Les escroqueries aux faux ordres de virement , apparues au cours de l’année 2010, n’ont cessé de se multiplier et ont connu un accroissement important à partir de l’année 2013. Elles ont eu un retentissement médiatique important, s’agissant notamment des escroqueries dites au président ayant pour objet de virer des fonds à destination de la Chine. Le groupe Marbour, groupe industriel important ne justifie pour autant pas avoir engagé diverses actions pour prévenir ce type d’escroquerie, telles que informer ses salariés de ces man’uvres et mettre en place un processus de sécurisation, rappeler aux services comptables et financiers de s’en tenir strictement aux procédures habituelles appliquées en matière de paiement et de signaler à la DAF toute demande inhabituelle, ré-examiner les procédures de virements manuels pour s’assurer qu’elles sont correctement sécurisées, notamment prévoir un double contrôle pour tout virement important '
Il s’évince de l’ensemble des observations qui précèdent que s’il peut être reproché à M. X d’avoir manqué de vigilance et de s’être laissé manipuler par des escrocs, passant outre les procédures habituelles de traitement des virements internationaux, ces négligences fautives ne revêtent pas un caractère de gravité suffisant pour justifier son licenciement sans indemnités ni préavis, après 9 ans de services exemplaires et à l’âge de 58 ans. Son licenciement sera en conséquence requalifié en licenciement pour cause réelle et sérieuse.

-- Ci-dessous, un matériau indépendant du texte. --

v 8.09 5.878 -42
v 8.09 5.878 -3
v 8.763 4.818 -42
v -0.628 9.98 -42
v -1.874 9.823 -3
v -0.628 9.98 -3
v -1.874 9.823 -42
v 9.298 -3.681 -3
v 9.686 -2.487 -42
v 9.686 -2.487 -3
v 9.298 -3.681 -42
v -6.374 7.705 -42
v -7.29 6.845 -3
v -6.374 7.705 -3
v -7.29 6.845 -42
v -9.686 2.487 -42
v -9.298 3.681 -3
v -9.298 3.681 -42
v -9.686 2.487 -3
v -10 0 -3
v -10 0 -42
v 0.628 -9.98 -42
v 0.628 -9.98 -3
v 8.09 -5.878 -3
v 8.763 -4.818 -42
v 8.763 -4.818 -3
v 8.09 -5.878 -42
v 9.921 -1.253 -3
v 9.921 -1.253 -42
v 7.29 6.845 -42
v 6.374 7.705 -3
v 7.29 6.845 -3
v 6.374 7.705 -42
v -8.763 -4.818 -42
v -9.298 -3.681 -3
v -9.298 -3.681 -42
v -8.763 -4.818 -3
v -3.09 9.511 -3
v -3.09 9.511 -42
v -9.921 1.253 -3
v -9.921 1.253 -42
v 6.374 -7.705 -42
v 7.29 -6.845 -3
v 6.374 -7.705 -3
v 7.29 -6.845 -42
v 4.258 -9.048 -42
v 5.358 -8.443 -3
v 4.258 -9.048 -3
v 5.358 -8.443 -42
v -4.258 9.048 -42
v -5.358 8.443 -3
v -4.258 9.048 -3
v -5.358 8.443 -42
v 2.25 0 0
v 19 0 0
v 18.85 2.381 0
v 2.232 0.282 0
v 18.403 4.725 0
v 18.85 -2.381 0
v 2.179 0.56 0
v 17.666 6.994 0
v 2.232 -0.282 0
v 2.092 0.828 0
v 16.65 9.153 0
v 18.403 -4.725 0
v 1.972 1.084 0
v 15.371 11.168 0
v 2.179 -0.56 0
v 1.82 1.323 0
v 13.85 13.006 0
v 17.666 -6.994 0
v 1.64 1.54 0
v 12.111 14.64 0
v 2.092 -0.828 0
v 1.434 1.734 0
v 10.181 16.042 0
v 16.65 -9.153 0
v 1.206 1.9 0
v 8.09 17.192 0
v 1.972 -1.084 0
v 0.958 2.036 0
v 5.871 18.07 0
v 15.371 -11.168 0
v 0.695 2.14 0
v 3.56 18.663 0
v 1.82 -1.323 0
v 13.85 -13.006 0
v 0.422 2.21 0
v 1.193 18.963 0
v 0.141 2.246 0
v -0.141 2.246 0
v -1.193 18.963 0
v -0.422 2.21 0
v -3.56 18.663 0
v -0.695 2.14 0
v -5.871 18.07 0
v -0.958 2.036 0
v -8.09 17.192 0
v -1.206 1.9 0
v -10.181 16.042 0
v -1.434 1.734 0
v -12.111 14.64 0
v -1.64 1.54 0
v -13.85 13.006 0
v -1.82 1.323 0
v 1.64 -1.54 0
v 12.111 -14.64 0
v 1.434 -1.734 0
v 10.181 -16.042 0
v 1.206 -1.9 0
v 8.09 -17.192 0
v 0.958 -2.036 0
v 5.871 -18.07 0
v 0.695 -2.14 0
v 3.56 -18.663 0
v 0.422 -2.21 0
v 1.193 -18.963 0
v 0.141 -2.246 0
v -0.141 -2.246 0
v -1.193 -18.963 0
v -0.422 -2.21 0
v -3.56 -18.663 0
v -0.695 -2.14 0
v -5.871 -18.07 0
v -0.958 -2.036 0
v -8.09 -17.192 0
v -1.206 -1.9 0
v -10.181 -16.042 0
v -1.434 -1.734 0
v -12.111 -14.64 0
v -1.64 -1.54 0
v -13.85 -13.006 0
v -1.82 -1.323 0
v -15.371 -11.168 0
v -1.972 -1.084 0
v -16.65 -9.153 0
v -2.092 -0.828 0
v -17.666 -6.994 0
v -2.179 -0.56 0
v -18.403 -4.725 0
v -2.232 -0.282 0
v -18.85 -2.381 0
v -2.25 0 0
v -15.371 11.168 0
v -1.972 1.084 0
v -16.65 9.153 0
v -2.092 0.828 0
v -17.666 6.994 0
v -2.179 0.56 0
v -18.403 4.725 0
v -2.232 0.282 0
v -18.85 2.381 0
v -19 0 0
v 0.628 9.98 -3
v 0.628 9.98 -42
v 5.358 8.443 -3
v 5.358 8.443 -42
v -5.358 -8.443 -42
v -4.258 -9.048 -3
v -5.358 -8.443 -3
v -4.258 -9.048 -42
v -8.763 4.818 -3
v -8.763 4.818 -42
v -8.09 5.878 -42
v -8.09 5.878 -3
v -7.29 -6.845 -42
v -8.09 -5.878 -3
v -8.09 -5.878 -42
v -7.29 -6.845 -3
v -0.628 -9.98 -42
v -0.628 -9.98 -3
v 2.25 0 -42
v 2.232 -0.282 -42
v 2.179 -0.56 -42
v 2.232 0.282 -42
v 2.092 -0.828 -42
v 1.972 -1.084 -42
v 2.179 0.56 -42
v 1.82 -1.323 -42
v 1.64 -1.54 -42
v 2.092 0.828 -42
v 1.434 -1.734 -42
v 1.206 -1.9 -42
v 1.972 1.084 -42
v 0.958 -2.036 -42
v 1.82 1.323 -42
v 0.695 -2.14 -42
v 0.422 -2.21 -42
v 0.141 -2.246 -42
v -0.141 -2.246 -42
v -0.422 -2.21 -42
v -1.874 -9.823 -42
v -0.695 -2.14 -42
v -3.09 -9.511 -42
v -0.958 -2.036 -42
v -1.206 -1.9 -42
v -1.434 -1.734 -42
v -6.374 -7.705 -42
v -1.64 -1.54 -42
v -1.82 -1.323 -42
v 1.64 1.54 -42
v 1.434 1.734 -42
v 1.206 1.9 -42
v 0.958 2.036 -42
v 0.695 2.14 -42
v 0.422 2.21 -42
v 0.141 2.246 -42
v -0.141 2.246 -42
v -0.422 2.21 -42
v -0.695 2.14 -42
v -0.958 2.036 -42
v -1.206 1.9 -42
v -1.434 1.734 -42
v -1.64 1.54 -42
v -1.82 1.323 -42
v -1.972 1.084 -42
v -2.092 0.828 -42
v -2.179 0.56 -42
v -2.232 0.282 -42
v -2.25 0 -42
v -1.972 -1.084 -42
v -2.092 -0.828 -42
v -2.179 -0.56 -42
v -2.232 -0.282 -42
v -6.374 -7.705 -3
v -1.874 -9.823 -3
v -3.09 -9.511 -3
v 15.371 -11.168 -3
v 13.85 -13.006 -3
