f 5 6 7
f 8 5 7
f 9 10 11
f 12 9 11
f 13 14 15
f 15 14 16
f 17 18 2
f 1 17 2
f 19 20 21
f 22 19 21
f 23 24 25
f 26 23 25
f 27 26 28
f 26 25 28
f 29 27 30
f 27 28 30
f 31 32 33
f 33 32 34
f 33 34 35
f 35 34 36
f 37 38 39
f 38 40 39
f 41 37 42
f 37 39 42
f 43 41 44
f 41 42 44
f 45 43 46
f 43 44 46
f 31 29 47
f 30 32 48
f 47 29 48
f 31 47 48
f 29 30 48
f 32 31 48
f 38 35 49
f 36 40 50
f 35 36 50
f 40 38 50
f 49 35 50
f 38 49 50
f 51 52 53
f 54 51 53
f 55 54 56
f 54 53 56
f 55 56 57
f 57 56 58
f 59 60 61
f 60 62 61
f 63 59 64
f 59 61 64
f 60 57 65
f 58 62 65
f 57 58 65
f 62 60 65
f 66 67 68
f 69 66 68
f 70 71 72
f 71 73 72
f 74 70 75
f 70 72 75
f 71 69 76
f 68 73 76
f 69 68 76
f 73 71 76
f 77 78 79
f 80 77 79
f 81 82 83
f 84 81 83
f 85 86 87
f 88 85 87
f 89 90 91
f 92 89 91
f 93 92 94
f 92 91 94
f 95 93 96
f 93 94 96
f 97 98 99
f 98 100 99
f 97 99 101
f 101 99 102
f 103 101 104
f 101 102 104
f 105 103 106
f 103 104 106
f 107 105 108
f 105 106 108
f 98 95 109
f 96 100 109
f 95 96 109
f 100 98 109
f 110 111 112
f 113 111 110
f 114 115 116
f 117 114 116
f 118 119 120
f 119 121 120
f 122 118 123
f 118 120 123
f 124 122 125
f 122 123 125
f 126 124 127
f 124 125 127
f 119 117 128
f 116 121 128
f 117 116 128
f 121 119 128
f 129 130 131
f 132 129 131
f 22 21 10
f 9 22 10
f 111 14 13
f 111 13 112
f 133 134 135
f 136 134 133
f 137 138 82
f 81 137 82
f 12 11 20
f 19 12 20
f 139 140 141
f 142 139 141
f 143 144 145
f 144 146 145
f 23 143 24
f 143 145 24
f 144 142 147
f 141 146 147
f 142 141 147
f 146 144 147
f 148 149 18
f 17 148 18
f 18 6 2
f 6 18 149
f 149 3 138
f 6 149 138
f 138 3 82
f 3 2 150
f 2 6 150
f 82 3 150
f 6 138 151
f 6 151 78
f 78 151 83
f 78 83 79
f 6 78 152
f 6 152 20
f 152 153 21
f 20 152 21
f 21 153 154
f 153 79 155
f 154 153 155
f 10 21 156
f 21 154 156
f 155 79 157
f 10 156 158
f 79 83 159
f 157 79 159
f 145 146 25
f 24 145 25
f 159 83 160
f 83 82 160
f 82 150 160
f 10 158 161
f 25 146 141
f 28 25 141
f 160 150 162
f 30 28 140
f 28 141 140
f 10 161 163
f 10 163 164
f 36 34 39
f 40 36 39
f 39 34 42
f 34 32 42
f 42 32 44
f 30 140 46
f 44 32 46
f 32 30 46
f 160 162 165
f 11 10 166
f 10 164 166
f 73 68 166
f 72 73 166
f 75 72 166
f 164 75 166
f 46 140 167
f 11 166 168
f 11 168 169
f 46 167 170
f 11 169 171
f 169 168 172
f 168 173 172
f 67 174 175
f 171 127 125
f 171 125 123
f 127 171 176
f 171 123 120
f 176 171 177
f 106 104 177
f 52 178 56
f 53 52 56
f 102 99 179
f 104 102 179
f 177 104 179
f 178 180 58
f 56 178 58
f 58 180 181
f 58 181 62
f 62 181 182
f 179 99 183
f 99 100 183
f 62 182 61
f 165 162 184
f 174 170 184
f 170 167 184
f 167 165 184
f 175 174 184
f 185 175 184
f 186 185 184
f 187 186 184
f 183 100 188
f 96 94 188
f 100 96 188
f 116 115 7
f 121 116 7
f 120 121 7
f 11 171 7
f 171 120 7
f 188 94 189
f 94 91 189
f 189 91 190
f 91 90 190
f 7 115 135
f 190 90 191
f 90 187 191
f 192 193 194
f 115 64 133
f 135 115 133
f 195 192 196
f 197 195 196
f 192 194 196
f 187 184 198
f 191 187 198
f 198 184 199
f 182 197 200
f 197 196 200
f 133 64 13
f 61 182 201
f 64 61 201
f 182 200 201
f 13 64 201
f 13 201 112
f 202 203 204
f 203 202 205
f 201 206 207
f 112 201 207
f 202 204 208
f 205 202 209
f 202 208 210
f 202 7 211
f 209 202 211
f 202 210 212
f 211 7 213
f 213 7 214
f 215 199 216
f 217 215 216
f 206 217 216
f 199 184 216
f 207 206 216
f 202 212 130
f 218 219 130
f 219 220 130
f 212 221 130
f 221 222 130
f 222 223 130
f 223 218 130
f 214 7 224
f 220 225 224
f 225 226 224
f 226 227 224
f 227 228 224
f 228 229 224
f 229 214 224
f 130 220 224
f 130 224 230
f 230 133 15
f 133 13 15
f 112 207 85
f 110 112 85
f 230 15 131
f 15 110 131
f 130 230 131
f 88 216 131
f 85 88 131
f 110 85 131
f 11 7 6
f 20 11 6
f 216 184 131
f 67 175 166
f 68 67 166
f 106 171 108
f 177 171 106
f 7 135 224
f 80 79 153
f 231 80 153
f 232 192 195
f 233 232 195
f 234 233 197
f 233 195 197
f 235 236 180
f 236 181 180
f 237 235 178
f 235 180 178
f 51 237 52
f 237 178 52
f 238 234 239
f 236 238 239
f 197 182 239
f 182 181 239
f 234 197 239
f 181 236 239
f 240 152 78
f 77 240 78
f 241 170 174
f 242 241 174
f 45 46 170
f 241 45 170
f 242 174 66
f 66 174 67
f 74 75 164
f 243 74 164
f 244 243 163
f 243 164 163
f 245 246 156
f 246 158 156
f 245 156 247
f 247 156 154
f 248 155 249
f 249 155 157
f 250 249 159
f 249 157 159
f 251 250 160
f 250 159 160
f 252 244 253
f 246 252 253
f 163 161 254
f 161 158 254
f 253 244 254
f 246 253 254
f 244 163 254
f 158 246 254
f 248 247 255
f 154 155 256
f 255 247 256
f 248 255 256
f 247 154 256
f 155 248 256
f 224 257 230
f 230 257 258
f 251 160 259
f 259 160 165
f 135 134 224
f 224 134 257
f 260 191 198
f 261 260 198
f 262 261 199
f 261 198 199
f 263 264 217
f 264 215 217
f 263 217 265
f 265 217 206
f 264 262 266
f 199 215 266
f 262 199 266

M. X a dès lors droit au paiement des indemnités de préavis, de congés payés et de licenciement à concurrence des sommes qu’il réclame, et dont le paiement n’est pas sérieusement contesté par la partie adverse.
Il serait en l’espèce inéquitable de laisser à la charge de M. X les frais exposés non compris dans les dépens; il y a lieu de faire droit à sa demande formée au titre de l’article 700 du code de procédure civile à concurrence de la somme de 5 000 euros.
PAR CES MOTIFS:
La Cour, statuant publiquement, contradictoirement et en dernier ressort, par arrêt rendu par mise à disposition au greffe en application de l’article 451, alinéa 2 du code de procédure civile,
Infirme le jugement du conseil de prud’hommes de Saint-Denis en ce qu’il a jugé que le licenciement de M. X reposait sur une faute grave.
Et, statuant de nouveau:
Dit et juge que le licenciement de M. G-H X est justifié les négligences commises par le salarié, lesquelles constituent une cause réelle et sérieuse de licenciement.
Condamne la SAS Marbour à payer à M. G-H X les sommes suivantes:
— 618 901,91 euros au titre de l’indemnité de licenciement;
-19 553,37 euros bruts au titre de l’indemnité de préavis;
-1 955,37 euros bruts au titre des congés payés sur préavis;
Confirme le jugement déféré pour le surplus.
Déboute le salarié du surplus de ses demandes.
Condamne la SAS Marbour à payer à M. G-H X une somme de 5 000 euros au titre de l’article 700 du code de procédure civile.
Condamne la SAS Marbour aux entiers dépens de première instance et d’appel.
Le présent arrêt a été signé par Madame C BERGOUNIOU-GOURNAY, Présidente de la chambre d’appel de Mamoudzou, et par Mme C D, greffière à laquelle la minute de la décision a été remise par le magistrat signataire.